La coalizione dei “volenterosi” sta portando avanti le operazioni militari per imporre la no-fly zone sulla Libia, in attesa che intervenga direttamente la NATO. L’accerchiamento di Bengasi è stato rotto, ma le truppe fedeli a Gheddafi sembrano aver preso Misurata dopo una battaglia che infuriava da molti giorni. I bombardamenti autorizzati dal Consiglio di Sicurezza delle Nazioni Unite – il 17 marzo scorso, a difesa dei civili della Cirenaica – hanno già provocato i primi morti, altrettanto civili a Tripoli e non hanno mancato di suscitare la presa di distanza di Russia, Cina, Unione Africana e Lega Araba. Appare così in tutta la sua debolezza il compromesso della risoluzione 1973 che autorizza l’imposizione di una no-fly zone sulla Libia, senza però prendere una posizione esplicita verso la cacciata di Gheddafi da Tripoli.
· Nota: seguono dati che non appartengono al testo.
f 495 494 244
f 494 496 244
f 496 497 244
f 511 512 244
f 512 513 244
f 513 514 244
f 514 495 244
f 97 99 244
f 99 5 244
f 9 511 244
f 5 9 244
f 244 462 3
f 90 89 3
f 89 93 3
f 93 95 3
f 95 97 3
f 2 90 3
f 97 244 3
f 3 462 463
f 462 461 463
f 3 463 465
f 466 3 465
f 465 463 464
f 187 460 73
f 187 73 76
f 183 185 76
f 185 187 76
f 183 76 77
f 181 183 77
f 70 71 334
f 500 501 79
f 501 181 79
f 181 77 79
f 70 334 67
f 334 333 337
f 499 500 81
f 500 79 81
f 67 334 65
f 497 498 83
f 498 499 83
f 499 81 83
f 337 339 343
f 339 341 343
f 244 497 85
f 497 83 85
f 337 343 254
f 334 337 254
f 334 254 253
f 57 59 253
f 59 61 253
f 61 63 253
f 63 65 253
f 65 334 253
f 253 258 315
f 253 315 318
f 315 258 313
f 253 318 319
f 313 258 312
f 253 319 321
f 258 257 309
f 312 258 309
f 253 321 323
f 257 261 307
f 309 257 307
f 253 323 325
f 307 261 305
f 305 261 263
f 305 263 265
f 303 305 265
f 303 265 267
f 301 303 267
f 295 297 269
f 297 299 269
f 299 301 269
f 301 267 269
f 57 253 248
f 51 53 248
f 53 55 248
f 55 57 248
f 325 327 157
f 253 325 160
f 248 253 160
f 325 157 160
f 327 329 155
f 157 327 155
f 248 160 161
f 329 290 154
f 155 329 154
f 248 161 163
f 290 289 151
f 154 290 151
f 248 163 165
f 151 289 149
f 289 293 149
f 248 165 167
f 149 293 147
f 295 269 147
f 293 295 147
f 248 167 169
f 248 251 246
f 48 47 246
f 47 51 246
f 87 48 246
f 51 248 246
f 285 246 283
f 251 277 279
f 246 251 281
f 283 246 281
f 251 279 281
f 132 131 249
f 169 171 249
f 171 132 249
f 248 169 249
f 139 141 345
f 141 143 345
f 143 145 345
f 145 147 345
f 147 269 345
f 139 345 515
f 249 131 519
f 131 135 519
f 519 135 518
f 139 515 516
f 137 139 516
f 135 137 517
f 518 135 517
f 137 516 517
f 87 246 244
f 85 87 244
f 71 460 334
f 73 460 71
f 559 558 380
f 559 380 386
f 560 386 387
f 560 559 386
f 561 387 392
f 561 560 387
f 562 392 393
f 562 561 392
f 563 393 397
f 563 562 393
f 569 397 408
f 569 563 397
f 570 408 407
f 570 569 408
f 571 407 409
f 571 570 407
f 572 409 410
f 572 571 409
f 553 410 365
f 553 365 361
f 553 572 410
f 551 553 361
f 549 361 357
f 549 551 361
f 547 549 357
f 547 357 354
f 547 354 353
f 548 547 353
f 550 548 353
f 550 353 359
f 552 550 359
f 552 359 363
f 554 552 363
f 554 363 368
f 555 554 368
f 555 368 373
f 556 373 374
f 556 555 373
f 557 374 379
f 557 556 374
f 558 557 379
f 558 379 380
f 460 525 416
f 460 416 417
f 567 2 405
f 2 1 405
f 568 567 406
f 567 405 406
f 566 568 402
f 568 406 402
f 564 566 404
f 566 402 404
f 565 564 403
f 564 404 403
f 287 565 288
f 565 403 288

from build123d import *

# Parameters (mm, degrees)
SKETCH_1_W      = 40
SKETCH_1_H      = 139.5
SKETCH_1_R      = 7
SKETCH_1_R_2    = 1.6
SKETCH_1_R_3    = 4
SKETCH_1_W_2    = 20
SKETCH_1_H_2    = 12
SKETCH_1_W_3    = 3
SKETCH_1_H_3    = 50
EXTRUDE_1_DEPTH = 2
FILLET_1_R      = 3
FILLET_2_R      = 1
La disponibilità offerta da Qatar, Emirati Arabi Uniti e Arabia Saudita a partecipare alle operazioni militari ha una portata assolutamente secondaria e non può certo bastare a coprire il carattere marcatamente occidentale dell’operazione in corso in Libia, tanto più che la Lega Araba ha esplicitamente dichiarato che i bombardamenti sono andati oltre il senso della risoluzione concordata. Il rischio è che la Libia si trasformi in un altro Iraq o Afghanistan (che è poi lo stesso di una Somalia senza montagne). Rimane sicuramente giusta e va perseguita con decisione la difesa dei diritti umani e della vita di tanti libici che sono insorti contro il regime, ma lo scenario è troppo complesso e gli interessi in gioco troppo compositi per non far dubitare della completa genuinità delle motivazioni e degli intenti di chi oppone armi alle armi.
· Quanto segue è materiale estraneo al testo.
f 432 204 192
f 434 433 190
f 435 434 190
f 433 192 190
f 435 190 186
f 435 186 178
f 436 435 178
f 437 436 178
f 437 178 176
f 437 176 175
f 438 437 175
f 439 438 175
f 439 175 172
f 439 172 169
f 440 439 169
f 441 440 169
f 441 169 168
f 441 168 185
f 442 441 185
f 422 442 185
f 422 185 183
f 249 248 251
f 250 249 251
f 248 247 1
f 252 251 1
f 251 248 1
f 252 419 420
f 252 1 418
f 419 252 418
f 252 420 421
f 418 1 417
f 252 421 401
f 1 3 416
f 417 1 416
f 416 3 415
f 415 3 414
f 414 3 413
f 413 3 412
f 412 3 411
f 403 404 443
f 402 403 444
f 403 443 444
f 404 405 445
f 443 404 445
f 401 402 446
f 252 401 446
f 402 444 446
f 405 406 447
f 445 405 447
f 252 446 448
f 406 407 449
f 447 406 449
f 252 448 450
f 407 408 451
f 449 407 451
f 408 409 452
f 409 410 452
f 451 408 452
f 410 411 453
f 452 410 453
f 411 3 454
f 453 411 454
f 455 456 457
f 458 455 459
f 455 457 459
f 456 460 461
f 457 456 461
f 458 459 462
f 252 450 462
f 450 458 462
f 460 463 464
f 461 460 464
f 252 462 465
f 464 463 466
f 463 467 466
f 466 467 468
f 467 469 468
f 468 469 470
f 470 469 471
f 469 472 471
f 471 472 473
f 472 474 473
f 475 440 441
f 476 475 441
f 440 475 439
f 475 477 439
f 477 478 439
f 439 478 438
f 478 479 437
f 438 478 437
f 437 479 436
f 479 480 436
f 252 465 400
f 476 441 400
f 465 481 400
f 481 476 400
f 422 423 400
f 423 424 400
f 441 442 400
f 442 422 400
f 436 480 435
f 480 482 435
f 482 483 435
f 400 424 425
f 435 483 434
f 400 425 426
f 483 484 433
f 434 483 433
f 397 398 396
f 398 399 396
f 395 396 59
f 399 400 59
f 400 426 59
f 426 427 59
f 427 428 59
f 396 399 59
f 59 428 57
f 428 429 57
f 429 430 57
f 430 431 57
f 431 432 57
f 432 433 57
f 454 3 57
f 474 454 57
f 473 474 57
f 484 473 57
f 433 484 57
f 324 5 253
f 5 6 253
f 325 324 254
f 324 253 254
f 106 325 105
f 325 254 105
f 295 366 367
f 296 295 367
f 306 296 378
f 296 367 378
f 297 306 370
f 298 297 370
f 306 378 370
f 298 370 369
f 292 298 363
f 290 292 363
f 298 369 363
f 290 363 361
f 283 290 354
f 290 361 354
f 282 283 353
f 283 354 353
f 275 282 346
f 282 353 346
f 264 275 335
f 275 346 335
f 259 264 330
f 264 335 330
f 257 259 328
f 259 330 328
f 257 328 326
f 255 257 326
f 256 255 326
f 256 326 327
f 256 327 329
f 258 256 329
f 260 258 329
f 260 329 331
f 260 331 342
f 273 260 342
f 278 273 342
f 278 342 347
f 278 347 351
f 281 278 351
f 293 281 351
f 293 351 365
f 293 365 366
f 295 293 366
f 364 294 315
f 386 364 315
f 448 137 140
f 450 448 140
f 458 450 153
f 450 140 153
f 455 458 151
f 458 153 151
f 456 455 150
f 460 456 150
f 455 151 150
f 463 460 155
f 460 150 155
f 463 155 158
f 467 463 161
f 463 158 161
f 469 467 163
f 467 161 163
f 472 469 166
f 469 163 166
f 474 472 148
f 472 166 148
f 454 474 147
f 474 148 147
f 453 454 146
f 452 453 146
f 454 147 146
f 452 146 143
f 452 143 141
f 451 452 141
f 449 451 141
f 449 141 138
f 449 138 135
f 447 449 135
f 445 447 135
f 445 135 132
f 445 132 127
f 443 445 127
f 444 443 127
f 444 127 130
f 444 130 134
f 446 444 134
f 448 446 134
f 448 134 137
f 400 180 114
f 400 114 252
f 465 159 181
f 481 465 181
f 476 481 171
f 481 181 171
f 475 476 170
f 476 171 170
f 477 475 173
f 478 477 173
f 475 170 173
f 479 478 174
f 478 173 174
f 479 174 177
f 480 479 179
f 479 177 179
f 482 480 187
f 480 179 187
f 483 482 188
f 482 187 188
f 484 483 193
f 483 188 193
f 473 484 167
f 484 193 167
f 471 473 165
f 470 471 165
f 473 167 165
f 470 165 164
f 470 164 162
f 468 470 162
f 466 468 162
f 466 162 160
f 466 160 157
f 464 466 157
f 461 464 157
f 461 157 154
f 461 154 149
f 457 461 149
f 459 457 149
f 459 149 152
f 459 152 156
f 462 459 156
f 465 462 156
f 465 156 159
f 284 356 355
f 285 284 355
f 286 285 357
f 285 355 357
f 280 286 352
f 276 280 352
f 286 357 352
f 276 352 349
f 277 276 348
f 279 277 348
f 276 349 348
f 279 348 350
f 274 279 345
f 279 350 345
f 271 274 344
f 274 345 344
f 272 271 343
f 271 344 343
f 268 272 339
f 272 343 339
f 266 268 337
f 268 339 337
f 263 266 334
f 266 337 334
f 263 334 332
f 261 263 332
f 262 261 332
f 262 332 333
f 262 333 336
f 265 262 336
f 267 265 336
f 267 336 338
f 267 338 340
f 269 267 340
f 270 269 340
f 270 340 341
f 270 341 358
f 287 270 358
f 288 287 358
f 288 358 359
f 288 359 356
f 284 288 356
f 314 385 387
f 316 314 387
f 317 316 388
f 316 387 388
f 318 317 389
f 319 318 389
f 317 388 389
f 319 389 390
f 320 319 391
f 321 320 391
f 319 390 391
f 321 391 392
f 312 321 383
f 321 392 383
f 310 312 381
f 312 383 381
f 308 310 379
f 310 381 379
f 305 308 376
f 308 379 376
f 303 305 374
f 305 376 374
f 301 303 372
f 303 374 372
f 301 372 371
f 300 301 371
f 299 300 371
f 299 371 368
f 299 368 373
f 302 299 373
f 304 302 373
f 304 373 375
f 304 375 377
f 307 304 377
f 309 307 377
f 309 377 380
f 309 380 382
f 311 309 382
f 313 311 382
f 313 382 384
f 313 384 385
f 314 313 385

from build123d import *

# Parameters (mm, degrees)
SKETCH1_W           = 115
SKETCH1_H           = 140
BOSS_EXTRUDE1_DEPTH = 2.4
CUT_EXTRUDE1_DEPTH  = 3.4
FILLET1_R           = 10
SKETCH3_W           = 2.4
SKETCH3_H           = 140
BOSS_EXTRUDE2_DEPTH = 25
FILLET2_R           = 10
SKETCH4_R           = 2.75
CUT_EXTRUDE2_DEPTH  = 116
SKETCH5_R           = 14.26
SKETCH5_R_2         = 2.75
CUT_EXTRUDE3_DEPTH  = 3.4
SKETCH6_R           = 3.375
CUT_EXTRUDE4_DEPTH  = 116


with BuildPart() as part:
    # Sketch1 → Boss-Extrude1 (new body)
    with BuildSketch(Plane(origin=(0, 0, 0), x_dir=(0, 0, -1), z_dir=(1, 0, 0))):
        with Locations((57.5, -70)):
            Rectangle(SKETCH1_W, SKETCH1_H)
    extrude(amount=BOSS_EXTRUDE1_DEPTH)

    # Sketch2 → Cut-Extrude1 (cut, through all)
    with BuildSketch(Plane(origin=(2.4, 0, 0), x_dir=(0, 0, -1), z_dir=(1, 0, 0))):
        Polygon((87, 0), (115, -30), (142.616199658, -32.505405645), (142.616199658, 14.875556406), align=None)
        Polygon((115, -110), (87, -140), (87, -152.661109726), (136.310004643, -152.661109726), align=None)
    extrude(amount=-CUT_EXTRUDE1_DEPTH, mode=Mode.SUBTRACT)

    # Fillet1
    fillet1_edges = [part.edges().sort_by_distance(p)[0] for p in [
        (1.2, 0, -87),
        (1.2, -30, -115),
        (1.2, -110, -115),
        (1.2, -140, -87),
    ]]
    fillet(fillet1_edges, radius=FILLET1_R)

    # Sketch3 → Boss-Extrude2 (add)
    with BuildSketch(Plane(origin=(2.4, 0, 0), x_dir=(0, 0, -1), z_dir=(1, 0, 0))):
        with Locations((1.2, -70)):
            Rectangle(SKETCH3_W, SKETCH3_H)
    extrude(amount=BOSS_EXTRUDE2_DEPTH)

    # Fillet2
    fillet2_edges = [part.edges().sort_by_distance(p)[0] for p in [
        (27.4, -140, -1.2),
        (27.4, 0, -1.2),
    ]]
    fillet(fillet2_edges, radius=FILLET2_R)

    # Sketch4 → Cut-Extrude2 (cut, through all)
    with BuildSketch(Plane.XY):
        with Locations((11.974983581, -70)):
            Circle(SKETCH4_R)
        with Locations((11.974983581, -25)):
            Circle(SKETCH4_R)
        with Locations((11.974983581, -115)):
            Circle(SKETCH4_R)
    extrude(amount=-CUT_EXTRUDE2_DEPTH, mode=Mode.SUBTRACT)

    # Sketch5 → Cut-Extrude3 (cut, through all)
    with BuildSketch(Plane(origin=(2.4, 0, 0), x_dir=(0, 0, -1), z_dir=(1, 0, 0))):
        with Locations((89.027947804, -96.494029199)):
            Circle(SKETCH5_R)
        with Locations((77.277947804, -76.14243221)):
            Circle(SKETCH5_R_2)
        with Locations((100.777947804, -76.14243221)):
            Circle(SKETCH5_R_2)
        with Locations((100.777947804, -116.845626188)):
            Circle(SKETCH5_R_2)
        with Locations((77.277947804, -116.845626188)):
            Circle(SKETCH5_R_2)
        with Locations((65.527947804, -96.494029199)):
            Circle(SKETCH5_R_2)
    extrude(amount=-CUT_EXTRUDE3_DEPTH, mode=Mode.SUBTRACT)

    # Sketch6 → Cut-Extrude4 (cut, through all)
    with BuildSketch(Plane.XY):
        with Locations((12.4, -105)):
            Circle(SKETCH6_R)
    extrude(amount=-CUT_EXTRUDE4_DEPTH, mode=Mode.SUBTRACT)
In particolare la mossa di Sarkozy che ha fatto di tutto per essere il primo a dare il via alle operazioni militari va messa in relazione diretta con quelle posizioni (neo)imperiali che la Francia vorrebbe guadagnare in Libia e ha sempre più difficoltà a difendere in Africa, scalzata dalla Cina, oggi terzo partner commerciale del continente africano (subito dopo Usa e Francia) e, non a caso, astenutasi a New York sulla risoluzione 1973. Gheddafi ci accusa di “volere il petrolio libico” e almeno su questo è difficile dargli torto: una buona dose di doppiezza è evidente nelle diverse decisioni adottate per la risoluzione delle crisi che stanno scuotendo il mondo arabo. Non si capirebbe altrimenti perché il regime saudita (irrispettoso dei diritti umani quanto il Colonnello Gheddafi, ma prezioso alleato per la strategia statunitense nel Golfo persico) abbia potuto intervenire militarmente in Bahrein per sedare la locale rivolta di popolo contro la dinastia regnante sunnita o perché un’altra protesta popolare contro il regime dello Yemen (dove non c’è il petrolio) non riceva tutta l’attenzione e l’appoggio del caso da parte della comunità internazionale.
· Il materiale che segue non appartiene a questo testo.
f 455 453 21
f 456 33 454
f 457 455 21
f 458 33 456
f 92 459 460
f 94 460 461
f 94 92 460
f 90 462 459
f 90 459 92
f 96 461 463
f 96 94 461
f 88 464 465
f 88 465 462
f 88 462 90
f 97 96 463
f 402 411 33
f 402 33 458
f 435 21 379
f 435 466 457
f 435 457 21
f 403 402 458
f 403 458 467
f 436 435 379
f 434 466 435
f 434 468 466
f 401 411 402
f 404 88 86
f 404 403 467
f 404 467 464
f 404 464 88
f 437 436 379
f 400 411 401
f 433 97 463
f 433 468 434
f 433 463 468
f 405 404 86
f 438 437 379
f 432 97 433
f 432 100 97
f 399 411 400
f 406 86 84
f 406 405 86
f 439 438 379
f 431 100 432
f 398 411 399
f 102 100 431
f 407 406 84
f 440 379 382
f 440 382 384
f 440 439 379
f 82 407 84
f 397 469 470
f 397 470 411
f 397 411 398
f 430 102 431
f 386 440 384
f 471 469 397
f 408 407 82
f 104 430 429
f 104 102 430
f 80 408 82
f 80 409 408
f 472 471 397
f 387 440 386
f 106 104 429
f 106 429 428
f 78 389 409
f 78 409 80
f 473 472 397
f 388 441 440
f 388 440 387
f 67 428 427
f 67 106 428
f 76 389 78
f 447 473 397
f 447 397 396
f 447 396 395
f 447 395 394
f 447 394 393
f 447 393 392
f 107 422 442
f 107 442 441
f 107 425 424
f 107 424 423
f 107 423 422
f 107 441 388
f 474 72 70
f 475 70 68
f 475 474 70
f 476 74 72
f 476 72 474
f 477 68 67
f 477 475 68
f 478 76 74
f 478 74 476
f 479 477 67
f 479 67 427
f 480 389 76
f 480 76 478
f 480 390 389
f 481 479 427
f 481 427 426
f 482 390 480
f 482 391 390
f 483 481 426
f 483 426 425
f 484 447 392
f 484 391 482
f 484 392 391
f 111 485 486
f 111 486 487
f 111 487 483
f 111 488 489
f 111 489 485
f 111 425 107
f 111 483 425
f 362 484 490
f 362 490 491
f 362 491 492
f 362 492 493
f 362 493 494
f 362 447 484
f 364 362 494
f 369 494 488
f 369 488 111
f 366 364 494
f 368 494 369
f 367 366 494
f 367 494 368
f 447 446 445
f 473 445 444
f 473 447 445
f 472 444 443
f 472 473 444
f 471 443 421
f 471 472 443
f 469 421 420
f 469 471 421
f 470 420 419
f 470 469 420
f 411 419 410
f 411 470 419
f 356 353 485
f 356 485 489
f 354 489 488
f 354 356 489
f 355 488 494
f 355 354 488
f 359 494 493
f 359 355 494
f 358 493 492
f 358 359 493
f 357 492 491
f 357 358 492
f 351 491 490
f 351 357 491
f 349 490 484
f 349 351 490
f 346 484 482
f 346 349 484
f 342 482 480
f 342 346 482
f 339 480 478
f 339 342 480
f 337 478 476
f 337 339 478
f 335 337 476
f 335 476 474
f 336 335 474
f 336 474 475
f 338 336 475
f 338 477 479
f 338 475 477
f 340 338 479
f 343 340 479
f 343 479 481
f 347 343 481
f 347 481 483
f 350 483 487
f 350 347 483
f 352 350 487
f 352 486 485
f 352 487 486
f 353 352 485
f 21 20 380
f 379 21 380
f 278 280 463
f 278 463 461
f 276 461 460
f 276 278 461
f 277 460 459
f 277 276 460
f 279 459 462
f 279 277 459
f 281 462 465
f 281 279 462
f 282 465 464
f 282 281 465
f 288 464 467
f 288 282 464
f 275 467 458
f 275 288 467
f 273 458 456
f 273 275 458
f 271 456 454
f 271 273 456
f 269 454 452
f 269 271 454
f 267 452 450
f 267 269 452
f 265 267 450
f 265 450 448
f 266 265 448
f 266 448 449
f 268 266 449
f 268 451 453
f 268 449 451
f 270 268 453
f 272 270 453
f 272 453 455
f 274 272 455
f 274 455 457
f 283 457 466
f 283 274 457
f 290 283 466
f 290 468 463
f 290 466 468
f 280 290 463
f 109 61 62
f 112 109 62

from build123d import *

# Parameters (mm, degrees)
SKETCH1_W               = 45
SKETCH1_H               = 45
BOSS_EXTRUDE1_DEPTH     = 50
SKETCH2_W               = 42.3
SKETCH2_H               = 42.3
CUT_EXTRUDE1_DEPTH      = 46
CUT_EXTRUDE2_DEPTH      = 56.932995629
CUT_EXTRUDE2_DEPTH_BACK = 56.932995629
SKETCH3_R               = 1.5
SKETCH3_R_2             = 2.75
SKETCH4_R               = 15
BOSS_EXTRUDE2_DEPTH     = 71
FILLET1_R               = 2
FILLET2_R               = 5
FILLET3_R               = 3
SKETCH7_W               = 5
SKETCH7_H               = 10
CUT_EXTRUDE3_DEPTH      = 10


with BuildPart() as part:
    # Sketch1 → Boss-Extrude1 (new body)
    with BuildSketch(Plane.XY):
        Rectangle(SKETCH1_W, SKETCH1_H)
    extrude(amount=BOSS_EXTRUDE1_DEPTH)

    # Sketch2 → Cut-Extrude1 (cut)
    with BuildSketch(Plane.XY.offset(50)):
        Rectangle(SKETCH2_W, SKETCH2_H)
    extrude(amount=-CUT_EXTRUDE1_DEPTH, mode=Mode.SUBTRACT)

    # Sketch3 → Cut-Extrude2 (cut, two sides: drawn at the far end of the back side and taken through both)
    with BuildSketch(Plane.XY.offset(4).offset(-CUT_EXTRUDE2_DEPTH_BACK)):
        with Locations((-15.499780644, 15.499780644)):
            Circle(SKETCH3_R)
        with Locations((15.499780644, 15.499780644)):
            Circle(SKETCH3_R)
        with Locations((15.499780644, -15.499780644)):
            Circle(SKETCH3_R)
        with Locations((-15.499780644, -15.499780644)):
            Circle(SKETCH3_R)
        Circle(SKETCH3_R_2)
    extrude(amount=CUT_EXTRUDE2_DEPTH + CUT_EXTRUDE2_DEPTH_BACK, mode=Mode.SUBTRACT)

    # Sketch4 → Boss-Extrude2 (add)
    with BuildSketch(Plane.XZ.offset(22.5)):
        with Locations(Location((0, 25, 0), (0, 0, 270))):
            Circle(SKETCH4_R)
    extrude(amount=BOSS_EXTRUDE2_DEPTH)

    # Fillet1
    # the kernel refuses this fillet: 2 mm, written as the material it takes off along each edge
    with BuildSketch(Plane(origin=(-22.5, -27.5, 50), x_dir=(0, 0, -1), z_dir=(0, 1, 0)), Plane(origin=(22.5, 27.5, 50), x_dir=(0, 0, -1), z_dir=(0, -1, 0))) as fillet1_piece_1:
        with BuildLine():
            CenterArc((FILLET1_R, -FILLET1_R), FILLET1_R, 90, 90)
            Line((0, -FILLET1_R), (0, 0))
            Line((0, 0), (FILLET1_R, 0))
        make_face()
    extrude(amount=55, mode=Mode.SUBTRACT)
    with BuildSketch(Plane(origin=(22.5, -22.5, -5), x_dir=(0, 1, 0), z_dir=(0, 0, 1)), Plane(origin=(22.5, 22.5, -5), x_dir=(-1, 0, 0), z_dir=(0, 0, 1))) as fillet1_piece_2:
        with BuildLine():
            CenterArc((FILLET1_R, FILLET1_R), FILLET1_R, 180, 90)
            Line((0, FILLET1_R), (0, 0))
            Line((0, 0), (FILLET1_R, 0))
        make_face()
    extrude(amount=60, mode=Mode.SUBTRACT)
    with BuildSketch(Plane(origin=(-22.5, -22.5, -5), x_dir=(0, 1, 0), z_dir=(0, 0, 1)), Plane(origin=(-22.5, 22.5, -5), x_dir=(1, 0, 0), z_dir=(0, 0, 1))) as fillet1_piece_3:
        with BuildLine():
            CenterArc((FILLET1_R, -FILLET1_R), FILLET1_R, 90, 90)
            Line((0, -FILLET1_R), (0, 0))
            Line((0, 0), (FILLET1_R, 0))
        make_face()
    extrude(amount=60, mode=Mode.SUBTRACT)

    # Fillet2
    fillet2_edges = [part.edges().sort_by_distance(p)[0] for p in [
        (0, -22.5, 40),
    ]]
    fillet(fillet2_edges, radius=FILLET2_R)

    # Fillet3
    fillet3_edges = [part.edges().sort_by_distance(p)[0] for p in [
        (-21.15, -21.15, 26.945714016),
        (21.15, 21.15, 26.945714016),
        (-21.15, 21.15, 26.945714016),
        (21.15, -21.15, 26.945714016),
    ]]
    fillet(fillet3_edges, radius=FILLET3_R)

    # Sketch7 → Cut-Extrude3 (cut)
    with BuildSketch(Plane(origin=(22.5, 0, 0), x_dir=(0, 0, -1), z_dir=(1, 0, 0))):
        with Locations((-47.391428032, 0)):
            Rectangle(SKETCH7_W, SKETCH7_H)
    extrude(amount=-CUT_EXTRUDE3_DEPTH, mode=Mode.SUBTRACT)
Lo spirito di auto-conservazione di Gheddafi e dei suoi accoliti si unisce all’intento dichiarato di evitare la separazione del paese. Il colonnello sembra deciso a trasformare la Jamahiriya (letteralmente, “regime delle masse”) dal vagheggiato governo delle masse, appunto, a una mobilitazione militare di massa, distribuendo armi ai civili inquadrati nei comitati popolari. La “crisi libica” è in realtà una guerra civile dove una parte della popolazione (piaccia o meno dirlo) sta con Gheddafi, in particolare tutte quelle migliaia di persone che sono impiegate nella burocrazia che in uno Stato come quello libico costituisce una delle principali fonti di impiego. Entrambi i contendenti, lealisti e rivoltosi, dichiarano di lottare per una nazione libica unita con Tripoli capitale, ma è evidente il rischio che entrambe le visioni per una nuova Libia risultino male accette per una parte o l’altra di un paese virtualmente spaccato tra Tripolitania e Cirenaica e che l’intervento esterno finisca per acuire questa percezione nella parte “cattiva” del paese.
All’Italia non rimane che festeggiare il centesimo anniversario della guerra di Libia combattuta contro l’allora Impero ottomano con un nuovo intervento militare nell’ex colonia. La baldanza del ministro della Difesa La Russa nel rivendicare all’Italia un ruolo in prima fila – e assolutamente attivo alla pari degli amici francesi, inglese e statunitensi – sconta tutta l’incapacità dimostrata dal nostro paese nel perseguire, con maggiore convinzione, una soluzione politica alla guerra civile libica. In assonanza con quei principi di amicizia e non ingerenza reciproca negli affari interni che l’Italia, per prima, ha dichiarato di ritenere “sospesi” dopo averli sottoscritti con lo storico accordo del 2008.